Stored items:
▶
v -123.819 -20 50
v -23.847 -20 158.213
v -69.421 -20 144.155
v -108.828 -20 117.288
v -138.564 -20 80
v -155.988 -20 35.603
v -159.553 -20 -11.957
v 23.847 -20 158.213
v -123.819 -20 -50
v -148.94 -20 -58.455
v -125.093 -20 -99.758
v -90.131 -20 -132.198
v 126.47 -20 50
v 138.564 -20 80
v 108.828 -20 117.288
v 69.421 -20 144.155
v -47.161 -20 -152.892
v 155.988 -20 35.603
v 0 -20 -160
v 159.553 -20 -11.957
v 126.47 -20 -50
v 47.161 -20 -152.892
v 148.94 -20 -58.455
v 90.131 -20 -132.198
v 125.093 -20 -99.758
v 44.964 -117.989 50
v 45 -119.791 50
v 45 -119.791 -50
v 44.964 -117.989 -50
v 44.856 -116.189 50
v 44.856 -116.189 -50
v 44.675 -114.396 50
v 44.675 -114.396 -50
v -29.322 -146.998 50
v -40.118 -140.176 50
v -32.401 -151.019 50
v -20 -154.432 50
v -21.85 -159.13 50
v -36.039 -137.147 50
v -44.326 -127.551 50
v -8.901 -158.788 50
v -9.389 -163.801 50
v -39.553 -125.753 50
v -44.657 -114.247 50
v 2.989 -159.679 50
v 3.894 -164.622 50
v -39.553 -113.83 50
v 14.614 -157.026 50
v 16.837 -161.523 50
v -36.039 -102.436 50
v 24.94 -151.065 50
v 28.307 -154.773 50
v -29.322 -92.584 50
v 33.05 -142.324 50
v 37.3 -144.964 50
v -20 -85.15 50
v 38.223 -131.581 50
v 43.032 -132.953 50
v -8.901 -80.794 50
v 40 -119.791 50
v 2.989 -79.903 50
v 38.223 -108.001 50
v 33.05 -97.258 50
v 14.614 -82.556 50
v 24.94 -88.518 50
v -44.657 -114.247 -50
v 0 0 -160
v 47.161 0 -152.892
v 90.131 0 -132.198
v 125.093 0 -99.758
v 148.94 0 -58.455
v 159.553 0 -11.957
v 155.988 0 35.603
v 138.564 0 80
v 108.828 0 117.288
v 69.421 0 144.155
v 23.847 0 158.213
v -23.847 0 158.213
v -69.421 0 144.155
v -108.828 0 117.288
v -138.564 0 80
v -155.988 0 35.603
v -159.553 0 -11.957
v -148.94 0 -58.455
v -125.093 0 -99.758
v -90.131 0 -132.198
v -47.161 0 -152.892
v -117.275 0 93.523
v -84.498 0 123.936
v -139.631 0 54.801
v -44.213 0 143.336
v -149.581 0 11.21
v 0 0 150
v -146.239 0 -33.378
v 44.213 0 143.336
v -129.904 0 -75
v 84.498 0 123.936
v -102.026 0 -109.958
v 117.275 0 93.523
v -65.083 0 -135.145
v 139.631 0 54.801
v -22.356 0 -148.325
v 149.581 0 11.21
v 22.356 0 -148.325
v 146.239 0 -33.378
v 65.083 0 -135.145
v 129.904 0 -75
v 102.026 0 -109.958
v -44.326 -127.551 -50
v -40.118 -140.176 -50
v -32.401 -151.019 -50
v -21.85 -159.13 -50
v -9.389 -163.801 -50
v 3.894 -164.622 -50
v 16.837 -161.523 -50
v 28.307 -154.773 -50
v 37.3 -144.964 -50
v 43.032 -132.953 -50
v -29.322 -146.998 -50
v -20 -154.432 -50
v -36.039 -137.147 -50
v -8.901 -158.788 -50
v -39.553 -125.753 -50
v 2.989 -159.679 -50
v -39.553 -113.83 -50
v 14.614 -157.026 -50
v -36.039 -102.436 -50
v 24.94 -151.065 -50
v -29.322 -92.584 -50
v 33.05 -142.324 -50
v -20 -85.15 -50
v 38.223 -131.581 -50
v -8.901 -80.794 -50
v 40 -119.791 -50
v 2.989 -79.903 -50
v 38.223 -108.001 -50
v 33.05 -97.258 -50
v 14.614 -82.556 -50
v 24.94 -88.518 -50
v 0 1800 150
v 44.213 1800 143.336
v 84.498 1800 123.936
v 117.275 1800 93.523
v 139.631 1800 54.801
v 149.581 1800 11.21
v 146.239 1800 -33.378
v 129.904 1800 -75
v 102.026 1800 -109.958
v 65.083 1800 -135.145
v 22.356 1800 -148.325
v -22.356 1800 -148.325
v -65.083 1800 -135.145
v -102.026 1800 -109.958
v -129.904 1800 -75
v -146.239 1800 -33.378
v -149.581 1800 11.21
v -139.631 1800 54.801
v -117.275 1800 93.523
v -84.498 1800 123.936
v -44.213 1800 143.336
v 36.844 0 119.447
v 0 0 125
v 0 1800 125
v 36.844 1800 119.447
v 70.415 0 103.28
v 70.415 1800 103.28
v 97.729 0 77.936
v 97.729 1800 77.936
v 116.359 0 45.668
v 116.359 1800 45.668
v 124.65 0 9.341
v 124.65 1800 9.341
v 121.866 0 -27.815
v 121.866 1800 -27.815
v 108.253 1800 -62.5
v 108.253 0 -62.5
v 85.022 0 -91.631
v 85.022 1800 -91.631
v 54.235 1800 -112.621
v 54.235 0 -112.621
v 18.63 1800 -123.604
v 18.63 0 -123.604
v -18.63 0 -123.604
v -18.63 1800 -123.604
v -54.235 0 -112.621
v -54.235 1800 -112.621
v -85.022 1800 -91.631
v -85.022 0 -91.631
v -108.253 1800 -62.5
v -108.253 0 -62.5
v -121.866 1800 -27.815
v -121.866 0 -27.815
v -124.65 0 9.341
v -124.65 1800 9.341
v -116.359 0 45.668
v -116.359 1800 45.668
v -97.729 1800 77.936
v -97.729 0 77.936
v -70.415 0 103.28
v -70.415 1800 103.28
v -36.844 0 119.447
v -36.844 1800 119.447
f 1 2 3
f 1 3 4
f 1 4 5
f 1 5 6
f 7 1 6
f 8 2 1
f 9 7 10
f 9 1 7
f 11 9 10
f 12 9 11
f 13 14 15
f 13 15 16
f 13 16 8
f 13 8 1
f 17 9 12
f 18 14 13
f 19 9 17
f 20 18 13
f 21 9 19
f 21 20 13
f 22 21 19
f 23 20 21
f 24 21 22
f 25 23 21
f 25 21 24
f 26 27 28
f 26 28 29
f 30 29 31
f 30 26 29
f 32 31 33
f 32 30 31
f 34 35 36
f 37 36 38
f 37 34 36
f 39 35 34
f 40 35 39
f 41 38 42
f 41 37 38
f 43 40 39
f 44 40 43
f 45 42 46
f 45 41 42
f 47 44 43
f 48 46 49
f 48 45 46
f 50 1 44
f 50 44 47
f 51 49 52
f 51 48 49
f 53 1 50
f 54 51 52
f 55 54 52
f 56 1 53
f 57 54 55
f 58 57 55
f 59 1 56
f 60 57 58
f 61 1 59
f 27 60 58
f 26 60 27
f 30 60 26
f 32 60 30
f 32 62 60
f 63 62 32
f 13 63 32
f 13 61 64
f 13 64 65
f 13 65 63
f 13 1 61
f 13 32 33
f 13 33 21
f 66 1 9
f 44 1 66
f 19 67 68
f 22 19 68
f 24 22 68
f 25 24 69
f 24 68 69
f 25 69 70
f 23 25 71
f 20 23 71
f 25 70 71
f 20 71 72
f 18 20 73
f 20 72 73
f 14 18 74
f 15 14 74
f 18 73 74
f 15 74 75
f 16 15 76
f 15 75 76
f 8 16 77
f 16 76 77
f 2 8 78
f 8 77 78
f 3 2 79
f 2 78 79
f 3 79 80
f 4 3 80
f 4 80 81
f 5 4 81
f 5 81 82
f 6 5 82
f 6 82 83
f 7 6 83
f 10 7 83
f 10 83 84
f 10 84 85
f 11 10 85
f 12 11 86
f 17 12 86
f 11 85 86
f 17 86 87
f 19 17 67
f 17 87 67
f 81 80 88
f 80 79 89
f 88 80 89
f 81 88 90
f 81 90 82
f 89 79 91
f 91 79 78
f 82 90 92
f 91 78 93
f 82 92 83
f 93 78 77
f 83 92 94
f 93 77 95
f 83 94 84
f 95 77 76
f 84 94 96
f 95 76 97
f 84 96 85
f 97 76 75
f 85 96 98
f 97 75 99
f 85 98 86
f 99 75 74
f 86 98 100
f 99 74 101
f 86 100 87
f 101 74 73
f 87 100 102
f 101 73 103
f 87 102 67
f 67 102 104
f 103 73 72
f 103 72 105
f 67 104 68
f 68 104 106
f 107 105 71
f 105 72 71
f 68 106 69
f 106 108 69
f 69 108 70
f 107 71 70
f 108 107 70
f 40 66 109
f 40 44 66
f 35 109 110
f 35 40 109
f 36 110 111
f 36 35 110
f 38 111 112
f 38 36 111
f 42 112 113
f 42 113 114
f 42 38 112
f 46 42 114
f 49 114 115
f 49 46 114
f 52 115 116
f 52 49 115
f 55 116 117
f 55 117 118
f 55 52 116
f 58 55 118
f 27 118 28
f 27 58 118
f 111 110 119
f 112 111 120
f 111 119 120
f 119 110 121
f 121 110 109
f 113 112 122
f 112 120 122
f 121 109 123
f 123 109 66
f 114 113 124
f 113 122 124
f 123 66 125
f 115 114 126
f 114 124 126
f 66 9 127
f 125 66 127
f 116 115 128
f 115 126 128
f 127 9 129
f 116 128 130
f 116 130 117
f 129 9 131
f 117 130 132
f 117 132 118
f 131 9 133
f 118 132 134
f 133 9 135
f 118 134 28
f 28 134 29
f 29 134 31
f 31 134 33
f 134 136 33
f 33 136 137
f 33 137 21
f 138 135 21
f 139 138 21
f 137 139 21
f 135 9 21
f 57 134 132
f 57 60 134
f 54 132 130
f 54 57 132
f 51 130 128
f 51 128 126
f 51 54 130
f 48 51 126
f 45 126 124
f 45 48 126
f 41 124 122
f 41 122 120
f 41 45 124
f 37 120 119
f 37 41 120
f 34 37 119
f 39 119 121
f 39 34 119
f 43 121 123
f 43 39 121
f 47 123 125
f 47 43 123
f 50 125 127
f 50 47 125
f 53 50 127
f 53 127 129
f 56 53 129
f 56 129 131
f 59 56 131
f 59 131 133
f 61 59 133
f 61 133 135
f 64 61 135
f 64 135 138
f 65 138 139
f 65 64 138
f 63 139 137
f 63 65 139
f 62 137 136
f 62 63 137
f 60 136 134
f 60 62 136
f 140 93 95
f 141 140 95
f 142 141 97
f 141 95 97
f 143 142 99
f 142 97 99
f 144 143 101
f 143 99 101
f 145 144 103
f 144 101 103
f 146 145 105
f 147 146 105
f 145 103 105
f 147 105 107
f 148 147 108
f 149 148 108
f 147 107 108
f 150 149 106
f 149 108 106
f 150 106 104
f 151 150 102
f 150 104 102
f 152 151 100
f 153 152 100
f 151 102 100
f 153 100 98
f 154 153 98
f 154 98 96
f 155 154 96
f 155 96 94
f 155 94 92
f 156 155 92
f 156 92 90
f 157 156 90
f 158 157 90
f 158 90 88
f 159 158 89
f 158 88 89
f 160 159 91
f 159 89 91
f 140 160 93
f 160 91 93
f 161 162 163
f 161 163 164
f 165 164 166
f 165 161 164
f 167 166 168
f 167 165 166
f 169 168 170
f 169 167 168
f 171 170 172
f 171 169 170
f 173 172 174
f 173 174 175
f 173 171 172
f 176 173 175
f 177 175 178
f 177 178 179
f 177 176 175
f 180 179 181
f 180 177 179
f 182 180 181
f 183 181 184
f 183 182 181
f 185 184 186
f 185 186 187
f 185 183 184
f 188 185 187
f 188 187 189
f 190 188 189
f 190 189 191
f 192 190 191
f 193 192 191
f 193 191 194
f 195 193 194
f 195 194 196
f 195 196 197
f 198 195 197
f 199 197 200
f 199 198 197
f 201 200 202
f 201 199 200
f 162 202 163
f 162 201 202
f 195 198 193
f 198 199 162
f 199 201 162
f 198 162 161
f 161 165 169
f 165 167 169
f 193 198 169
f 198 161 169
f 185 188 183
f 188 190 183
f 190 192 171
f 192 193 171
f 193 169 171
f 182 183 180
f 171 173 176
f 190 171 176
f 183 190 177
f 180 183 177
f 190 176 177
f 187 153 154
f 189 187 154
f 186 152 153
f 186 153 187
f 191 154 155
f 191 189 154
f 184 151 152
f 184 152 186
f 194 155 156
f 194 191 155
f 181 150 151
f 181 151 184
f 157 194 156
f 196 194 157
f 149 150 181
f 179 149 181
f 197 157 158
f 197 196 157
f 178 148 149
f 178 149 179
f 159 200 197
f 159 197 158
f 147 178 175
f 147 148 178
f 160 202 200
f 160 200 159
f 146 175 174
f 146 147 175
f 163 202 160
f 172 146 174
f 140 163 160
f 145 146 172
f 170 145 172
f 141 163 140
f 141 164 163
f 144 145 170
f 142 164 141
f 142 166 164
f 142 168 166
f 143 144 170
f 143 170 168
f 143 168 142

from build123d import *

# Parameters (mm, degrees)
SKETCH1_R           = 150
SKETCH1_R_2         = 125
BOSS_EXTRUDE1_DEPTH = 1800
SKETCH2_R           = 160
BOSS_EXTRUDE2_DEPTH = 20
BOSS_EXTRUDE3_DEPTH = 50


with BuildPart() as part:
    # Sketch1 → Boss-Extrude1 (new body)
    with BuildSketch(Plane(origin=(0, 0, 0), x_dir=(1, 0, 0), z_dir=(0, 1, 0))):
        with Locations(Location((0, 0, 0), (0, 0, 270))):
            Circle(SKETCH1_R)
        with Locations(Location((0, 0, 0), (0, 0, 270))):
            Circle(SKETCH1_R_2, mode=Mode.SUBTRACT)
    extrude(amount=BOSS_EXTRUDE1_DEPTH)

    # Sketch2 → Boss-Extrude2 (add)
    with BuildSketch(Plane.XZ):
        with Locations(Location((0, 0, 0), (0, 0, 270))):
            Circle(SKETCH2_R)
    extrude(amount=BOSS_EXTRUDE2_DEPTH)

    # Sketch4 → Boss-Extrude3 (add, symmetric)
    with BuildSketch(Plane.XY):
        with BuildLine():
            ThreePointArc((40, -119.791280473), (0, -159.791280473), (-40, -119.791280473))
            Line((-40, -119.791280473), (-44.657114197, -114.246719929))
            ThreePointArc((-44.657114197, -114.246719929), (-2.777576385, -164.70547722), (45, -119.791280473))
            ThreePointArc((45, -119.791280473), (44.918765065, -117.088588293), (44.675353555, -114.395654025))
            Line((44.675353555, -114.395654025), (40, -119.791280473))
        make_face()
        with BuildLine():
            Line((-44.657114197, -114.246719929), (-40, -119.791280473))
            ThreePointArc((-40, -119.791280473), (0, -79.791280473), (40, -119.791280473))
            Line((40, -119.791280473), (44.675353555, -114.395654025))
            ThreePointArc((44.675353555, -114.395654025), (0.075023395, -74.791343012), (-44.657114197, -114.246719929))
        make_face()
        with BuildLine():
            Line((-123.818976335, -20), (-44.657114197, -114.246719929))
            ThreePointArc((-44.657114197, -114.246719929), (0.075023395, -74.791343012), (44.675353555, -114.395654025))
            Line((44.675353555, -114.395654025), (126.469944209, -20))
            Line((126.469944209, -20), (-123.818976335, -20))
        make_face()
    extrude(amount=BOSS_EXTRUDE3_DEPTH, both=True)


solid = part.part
◀
▶
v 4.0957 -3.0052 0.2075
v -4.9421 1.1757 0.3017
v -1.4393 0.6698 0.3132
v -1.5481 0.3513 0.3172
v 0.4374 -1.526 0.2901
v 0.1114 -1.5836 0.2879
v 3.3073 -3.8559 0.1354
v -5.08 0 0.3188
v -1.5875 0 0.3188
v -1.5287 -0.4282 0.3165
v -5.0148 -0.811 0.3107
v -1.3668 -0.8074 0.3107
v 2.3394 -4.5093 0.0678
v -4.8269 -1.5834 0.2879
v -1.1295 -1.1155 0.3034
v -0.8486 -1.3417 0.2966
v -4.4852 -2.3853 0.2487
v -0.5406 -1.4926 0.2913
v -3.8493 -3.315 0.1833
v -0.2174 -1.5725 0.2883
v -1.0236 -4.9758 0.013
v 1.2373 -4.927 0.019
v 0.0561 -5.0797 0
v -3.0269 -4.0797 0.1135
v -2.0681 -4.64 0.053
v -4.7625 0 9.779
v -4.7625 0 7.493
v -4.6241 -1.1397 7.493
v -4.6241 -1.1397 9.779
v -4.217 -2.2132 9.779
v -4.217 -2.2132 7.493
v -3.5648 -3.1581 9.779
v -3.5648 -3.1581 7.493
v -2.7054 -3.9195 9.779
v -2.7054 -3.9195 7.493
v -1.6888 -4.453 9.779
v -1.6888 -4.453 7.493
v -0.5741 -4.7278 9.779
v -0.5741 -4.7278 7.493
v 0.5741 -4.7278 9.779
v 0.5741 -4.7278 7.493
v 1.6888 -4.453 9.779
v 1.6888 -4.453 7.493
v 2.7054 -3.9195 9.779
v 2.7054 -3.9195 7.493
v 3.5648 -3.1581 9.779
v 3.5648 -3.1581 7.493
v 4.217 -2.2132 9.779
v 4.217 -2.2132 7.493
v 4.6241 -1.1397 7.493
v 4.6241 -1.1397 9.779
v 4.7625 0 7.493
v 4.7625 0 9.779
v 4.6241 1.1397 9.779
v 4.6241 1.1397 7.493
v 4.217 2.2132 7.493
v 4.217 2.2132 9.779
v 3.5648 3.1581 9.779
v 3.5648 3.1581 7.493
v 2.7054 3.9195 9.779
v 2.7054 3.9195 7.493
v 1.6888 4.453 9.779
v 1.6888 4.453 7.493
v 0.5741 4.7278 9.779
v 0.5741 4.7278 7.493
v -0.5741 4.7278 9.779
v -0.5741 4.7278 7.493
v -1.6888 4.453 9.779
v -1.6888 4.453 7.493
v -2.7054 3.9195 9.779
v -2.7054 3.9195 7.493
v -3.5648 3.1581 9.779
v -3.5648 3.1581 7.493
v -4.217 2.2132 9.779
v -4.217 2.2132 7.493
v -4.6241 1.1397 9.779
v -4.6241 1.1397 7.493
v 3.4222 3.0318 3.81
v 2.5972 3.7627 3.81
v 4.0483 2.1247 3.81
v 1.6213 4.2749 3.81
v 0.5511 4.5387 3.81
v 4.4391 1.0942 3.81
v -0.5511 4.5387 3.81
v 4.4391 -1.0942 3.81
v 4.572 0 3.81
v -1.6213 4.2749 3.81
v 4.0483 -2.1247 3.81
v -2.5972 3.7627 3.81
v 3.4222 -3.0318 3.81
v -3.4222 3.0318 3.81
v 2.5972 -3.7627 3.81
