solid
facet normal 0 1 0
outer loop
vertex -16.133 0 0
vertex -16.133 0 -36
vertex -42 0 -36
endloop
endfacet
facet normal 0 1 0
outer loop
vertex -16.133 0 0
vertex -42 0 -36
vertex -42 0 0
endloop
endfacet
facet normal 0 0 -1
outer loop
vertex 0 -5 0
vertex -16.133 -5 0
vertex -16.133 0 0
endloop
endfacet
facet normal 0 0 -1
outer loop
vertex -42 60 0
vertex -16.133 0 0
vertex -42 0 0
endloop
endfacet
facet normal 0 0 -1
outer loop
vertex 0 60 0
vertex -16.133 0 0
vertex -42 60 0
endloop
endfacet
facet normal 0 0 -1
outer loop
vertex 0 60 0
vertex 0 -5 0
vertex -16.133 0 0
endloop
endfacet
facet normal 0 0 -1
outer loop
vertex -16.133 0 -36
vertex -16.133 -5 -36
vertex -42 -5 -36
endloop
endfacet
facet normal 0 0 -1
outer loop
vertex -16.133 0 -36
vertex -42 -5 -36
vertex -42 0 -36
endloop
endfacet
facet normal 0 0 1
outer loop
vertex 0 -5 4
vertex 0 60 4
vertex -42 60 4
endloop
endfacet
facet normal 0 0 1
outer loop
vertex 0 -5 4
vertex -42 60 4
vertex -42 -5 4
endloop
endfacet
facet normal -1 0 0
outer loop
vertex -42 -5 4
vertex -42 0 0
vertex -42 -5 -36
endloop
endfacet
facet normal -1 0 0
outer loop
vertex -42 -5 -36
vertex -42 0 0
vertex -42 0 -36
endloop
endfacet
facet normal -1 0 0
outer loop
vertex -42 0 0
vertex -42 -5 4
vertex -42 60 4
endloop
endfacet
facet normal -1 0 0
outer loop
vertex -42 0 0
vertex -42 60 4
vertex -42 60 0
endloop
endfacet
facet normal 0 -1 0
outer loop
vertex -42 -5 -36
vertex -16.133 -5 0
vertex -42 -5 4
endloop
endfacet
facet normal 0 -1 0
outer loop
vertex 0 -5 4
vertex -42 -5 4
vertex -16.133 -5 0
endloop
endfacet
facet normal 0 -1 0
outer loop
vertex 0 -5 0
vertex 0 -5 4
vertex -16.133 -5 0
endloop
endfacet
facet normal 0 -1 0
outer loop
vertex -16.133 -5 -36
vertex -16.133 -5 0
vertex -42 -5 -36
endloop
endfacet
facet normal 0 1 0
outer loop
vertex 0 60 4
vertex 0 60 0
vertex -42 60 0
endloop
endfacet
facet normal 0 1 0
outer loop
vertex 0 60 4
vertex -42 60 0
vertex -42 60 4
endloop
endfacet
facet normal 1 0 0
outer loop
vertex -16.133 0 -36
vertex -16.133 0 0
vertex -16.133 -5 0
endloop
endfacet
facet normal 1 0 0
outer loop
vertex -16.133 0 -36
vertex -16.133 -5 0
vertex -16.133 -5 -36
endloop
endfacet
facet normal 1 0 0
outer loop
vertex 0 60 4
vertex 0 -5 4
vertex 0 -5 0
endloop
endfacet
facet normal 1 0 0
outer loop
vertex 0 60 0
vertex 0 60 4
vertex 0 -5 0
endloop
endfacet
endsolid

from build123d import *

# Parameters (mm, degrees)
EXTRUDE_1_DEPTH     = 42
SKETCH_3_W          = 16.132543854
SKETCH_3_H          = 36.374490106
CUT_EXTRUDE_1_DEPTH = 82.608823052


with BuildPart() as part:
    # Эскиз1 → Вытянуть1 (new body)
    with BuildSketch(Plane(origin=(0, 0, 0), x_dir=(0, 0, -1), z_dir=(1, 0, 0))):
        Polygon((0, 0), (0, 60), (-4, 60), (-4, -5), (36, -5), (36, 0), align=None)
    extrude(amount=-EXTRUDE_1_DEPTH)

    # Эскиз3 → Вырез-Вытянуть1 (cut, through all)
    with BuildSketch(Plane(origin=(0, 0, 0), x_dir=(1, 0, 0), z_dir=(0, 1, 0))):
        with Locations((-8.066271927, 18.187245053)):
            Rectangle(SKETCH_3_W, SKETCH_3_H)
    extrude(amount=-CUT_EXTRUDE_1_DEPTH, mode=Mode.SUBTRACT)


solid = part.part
◀
An exact copy of the lines above, from the one containing "v 3.894 -164.622 50" through the one containing "v -8.901 -80.794 50", is the whole of the answer.

v 3.894 -164.622 50
v -39.553 -113.83 50
v 14.614 -157.026 50
v 16.837 -161.523 50
v -36.039 -102.436 50
v 24.94 -151.065 50
v 28.307 -154.773 50
v -29.322 -92.584 50
v 33.05 -142.324 50
v 37.3 -144.964 50
v -20 -85.15 50
v 38.223 -131.581 50
v 43.032 -132.953 50
v -8.901 -80.794 50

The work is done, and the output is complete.